When we stole silverware or jewelry, we’d go to Sal’s, a store on Utica and Sterling.
I was a baby, but they knew me from coming in with older guys. The guys at the store knew I was coming in with stolen stuff, but I knew they couldn’t beat me because I knew what shit cost back then. I knew what I wanted.
Sometimes we’d be in the streets and if it was noon and we saw a school, we’d just go into the school, go to the cafeteria, grab a tray, get in line, and start eating. We might see someone we’d want to rob, someone who had their school ring around their neck. So we’d finish the food, put the tray back, get by the door, grab the ring, and run out.
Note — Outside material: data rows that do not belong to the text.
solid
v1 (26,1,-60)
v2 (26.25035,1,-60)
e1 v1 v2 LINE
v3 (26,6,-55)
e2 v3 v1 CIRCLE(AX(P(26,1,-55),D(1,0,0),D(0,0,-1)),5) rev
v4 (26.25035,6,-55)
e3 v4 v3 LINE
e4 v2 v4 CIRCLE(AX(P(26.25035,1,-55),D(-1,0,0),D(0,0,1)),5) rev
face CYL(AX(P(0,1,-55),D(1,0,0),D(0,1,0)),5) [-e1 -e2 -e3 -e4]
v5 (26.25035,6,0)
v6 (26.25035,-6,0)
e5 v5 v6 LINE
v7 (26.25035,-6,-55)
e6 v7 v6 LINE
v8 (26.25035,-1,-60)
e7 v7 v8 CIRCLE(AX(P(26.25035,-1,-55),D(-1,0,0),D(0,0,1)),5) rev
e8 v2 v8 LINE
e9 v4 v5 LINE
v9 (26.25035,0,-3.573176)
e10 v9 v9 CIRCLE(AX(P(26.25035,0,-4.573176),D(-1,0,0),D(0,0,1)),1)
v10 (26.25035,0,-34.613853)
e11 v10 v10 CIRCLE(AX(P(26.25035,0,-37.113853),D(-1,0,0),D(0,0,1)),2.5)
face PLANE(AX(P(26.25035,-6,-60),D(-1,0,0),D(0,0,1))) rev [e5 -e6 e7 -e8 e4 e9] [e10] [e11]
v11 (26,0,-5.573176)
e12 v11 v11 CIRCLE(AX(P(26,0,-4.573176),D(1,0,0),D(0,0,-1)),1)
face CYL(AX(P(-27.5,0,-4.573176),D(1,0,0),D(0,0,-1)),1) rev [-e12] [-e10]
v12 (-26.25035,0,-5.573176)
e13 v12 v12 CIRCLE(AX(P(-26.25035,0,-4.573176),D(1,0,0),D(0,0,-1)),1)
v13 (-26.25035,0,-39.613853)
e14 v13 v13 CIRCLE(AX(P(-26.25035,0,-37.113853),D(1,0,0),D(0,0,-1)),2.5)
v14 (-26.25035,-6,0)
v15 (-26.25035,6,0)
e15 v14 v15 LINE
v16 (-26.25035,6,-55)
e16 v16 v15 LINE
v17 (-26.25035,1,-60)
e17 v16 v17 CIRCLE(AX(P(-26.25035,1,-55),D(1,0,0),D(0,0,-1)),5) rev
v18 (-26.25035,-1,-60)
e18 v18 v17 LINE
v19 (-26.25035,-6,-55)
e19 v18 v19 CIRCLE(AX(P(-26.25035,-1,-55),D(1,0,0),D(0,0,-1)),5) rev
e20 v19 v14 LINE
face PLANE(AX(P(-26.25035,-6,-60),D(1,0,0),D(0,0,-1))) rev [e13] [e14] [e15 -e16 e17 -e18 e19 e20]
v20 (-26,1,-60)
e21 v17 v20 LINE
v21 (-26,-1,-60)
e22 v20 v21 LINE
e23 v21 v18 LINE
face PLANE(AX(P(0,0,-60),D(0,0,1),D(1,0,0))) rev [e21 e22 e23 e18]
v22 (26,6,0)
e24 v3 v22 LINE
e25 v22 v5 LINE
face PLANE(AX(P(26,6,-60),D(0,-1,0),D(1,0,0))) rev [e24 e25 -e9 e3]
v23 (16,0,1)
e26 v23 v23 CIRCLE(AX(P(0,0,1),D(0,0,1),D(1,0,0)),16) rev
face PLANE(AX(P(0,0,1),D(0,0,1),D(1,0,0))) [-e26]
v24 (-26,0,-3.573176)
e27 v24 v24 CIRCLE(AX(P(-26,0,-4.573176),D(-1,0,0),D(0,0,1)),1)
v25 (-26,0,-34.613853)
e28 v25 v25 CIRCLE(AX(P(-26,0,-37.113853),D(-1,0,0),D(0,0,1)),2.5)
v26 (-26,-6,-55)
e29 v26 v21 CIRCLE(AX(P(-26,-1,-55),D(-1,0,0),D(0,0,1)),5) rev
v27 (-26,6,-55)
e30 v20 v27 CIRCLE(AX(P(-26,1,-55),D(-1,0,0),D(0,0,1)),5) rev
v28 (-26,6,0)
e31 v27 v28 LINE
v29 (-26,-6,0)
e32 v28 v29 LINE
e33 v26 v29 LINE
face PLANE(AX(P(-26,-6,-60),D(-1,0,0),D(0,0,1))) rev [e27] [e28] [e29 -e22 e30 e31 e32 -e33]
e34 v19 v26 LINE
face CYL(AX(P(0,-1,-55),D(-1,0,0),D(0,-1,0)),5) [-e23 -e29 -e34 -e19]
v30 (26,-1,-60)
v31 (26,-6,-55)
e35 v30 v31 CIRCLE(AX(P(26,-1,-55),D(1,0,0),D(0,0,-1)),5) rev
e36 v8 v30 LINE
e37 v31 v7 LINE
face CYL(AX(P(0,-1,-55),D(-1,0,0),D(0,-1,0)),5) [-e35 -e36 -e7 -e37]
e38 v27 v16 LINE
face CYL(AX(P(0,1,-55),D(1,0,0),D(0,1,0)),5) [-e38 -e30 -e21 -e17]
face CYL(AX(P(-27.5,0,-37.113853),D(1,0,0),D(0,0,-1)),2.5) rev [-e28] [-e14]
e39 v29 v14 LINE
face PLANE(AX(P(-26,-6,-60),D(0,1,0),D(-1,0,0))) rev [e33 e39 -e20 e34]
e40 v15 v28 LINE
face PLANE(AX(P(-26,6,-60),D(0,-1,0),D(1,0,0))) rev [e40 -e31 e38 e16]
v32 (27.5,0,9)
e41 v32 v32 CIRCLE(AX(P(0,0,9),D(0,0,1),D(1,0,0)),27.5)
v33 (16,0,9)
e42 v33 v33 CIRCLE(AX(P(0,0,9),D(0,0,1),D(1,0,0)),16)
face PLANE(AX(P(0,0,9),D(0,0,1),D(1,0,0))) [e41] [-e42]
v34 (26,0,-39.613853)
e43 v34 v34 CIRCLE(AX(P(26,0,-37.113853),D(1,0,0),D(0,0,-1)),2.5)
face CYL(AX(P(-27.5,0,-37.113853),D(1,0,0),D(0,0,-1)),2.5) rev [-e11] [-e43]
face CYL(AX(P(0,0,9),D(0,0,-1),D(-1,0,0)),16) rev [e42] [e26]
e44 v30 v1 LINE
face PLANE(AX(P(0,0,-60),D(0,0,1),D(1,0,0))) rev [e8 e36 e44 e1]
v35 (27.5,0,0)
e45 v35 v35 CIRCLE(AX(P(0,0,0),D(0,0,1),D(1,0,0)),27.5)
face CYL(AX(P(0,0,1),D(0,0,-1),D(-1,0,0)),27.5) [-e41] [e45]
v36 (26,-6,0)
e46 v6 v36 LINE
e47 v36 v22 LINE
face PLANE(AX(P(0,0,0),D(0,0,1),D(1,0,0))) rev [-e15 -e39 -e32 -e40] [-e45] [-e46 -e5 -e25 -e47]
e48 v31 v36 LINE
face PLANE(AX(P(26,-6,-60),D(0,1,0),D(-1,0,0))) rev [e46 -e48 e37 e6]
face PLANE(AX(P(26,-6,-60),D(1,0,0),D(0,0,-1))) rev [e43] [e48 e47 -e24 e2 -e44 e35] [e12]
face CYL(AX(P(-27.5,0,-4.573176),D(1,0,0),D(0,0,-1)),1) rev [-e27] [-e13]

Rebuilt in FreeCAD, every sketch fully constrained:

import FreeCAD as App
import Part
import Sketcher

V = App.Vector


def edges_at(feature, points):
    """Names of the edges that pass closest to the given points."""
    edges = feature.Shape.Edges
    near = lambda p: min(range(len(edges)), key=lambda i: edges[i].distToShape(Part.Vertex(*p))[0])
    return sorted({f"Edge{near(p) + 1}" for p in points})


def add_polygon(sketch, points):
    """Adds a closed chain of lines whose ends are joined by coincident constraints."""
    first, n = sketch.GeometryCount, len(points)
    for a, b in zip(points, points[1:] + points[:1]):
        sketch.addGeometry(Part.LineSegment(App.Vector(*a, 0), App.Vector(*b, 0)), False)
    for i in range(n):
        sketch.addConstraint(Sketcher.Constraint("Coincident", first + i, 2, first + (i + 1) % n, 1))

doc = App.newDocument("Part")
params = doc.addObject("Spreadsheet::Sheet", "Params")
for row, (alias, value) in enumerate([
    ("sketch1_diameter", "55 mm"),
    ("pad1_length", "1 mm"),
    ("sketch2_diameter", "55 mm"),
    ("sketch2_diameter2", "32 mm"),
    ("pad2_length", "8 mm"),
    ("sketch3_height", "12 mm"),
    ("pad3_length", "60 mm"),
    ("sketch4_diameter", "5 mm"),
    ("sketch4_diameter2", "2 mm"),
    ("fillet_radius", "5 mm"),
], start=1):
    params.set(f"A{row}", alias)
    params.set(f"B{row}", "=" + value)
    params.setAlias(f"B{row}", alias)

body = doc.addObject("PartDesign::Body", "Body")

# Sketch on XY plane
sketch1 = body.newObject("Sketcher::SketchObject", "Sketch")
sketch1.AttachmentSupport = (doc.getObject("XY_Plane"), [""])
sketch1.MapMode = "FlatFace"
sketch1.addGeometry(Part.Circle(V(0, 0, 0), V(0, 0, 1), 27.5), False)
sketch1.addConstraint(Sketcher.Constraint("Coincident", 0, 3, -1, 1))
sketch1.addConstraint(Sketcher.Constraint("Diameter", 0, 55.0))
sketch1.setExpression("Constraints[1]", "Params.sketch1_diameter")
pad1 = body.newObject("PartDesign::Pad", "Pad")
pad1.Profile = sketch1
pad1.setExpression("Length", "Params.pad1_length")

# Sketch on XY plane
sketch2 = body.newObject("Sketcher::SketchObject", "Sketch001")
sketch2.AttachmentSupport = (doc.getObject("XY_Plane"), [""])
sketch2.MapMode = "FlatFace"
sketch2.AttachmentOffset = App.Placement(V(0, 0, 1), App.Rotation())
sketch2.addGeometry(Part.Circle(V(0, 0, 0), V(0, 0, 1), 27.5), False)
sketch2.addGeometry(Part.Circle(V(0, 0, 0), V(0, 0, 1), 16), False)
sketch2.addConstraint(Sketcher.Constraint("Coincident", 0, 3, -1, 1))
sketch2.addConstraint(Sketcher.Constraint("Coincident", 1, 3, -1, 1))
sketch2.addConstraint(Sketcher.Constraint("Diameter", 0, 55.0))
sketch2.addConstraint(Sketcher.Constraint("Diameter", 1, 32.0))
sketch2.setExpression("Constraints[2]", "Params.sketch2_diameter")
sketch2.setExpression("Constraints[3]", "Params.sketch2_diameter2")
pad2 = body.newObject("PartDesign::Pad", "Pad001")
pad2.Profile = sketch2
pad2.setExpression("Length", "Params.pad2_length")

# Sketch on XY plane
sketch3 = body.newObject("Sketcher::SketchObject", "Sketch002")
sketch3.AttachmentSupport = (doc.getObject("XY_Plane"), [""])
sketch3.MapMode = "FlatFace"
add_polygon(sketch3, [(26.25035, 6), (26.25035, -6), (26, -6), (26, 6)])  # lines 0-3
add_polygon(sketch3, [(-26, 6), (-26, -6), (-26.25035, -6), (-26.25035, 6)])  # lines 4-7
sketch3.addConstraint(Sketcher.Constraint("Vertical", 0))
sketch3.addConstraint(Sketcher.Constraint("Horizontal", 1))
sketch3.addConstraint(Sketcher.Constraint("Vertical", 2))
sketch3.addConstraint(Sketcher.Constraint("Horizontal", 3))
sketch3.addConstraint(Sketcher.Constraint("Vertical", 4))
sketch3.addConstraint(Sketcher.Constraint("Horizontal", 5))
sketch3.addConstraint(Sketcher.Constraint("Vertical", 6))
sketch3.addConstraint(Sketcher.Constraint("Horizontal", 7))
sketch3.addConstraint(Sketcher.Constraint("Symmetric", 2, 2, 4, 2, -1, 1))
sketch3.addConstraint(Sketcher.Constraint("Symmetric", 0, 2, 6, 2, -1, 1))
sketch3.addConstraint(Sketcher.Constraint("Horizontal", 1, 2, 4, 2))
sketch3.addConstraint(Sketcher.Constraint("DistanceY", 0, 2, 0, 1, 12.0))
sketch3.addConstraint(Sketcher.Constraint("DistanceX", -1, 1, 1, 2, 26.0))
sketch3.addConstraint(Sketcher.Constraint("DistanceX", 1, 2, 1, 1, 0.25035))
sketch3.setExpression("Constraints[19]", "Params.sketch3_height")
pad3 = body.newObject("PartDesign::Pad", "Pad002")
pad3.Profile = sketch3
pad3.setExpression("Length", "Params.pad3_length")
pad3.Reversed = True

# Sketch on YZ plane
sketch4 = body.newObject("Sketcher::SketchObject", "Sketch003")
sketch4.AttachmentSupport = (doc.getObject("YZ_Plane"), [""])
sketch4.MapMode = "FlatFace"
sketch4.addGeometry(Part.Circle(V(0, -37.113853, 0), V(0, 0, 1), 2.5), False)
sketch4.addGeometry(Part.Circle(V(0, -4.573176, 0), V(0, 0, 1), 1), False)
sketch4.addConstraint(Sketcher.Constraint("PointOnObject", 0, 3, -2))
sketch4.addConstraint(Sketcher.Constraint("PointOnObject", 1, 3, -2))
sketch4.addConstraint(Sketcher.Constraint("Diameter", 0, 5.0))
sketch4.addConstraint(Sketcher.Constraint("Diameter", 1, 2.0))
sketch4.addConstraint(Sketcher.Constraint("DistanceY", 0, 3, -1, 1, 37.113853))
sketch4.addConstraint(Sketcher.Constraint("DistanceY", 1, 3, -1, 1, 4.573176))
sketch4.setExpression("Constraints[2]", "Params.sketch4_diameter")
sketch4.setExpression("Constraints[3]", "Params.sketch4_diameter2")
pocket1 = body.newObject("PartDesign::Pocket", "Pocket")
pocket1.Profile = sketch4
pocket1.Type = "ThroughAll"
pocket1.Midplane = True
doc.recompute()

fillet = body.newObject("PartDesign::Fillet", "Fillet")
fillet.Base = (pocket1, edges_at(pocket1, [
    (-26.125, -6, -60),
    (-26.125, 6, -60),
    (26.125, -6, -60),
    (26.125, 6, -60),
]))
fillet.setExpression("Radius", "Params.fillet_radius")

doc.recompute()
We always wanted to look nice on the streets because normally if you’re a little black kid out in the city looking bummy and dirty, people harass you. So we looked nice and nonthreatening. We had the school backpacks and little happy glasses and the Catholic school look with nice pants and white shirts, the whole school outfit.
After about a year, I started doing burglaries by myself. It was pretty lucrative, but hanging in the street and jostling was more exciting than robbing houses. You’d grab some ladies’ jewelry and cops would chase you, or what we called heroes would try to come in and rescue the day. It was more risk-taking for less money but we loved the thrill. You normally had to have a partner to be a successful jostler. Sometimes it wouldn’t even be planned, but you’d see someone you knew, so you teamed up.
Sometimes you’d find that you had competition for jostling. You’d get on a bus and there might be someone already on the bus waiting to pickpocket some people. But you might be more obvious. That was called “waking the bus.” The bus was quiet before you got on, but now that you’ve come aboard, the bus driver makes an announcement. “Ladies and gentlemen, there are some young men who just got on the bus. Watch your pockets. They will attempt to steal from you.” So you get off at the next stop, but the quiet jostler gets off and comes after you.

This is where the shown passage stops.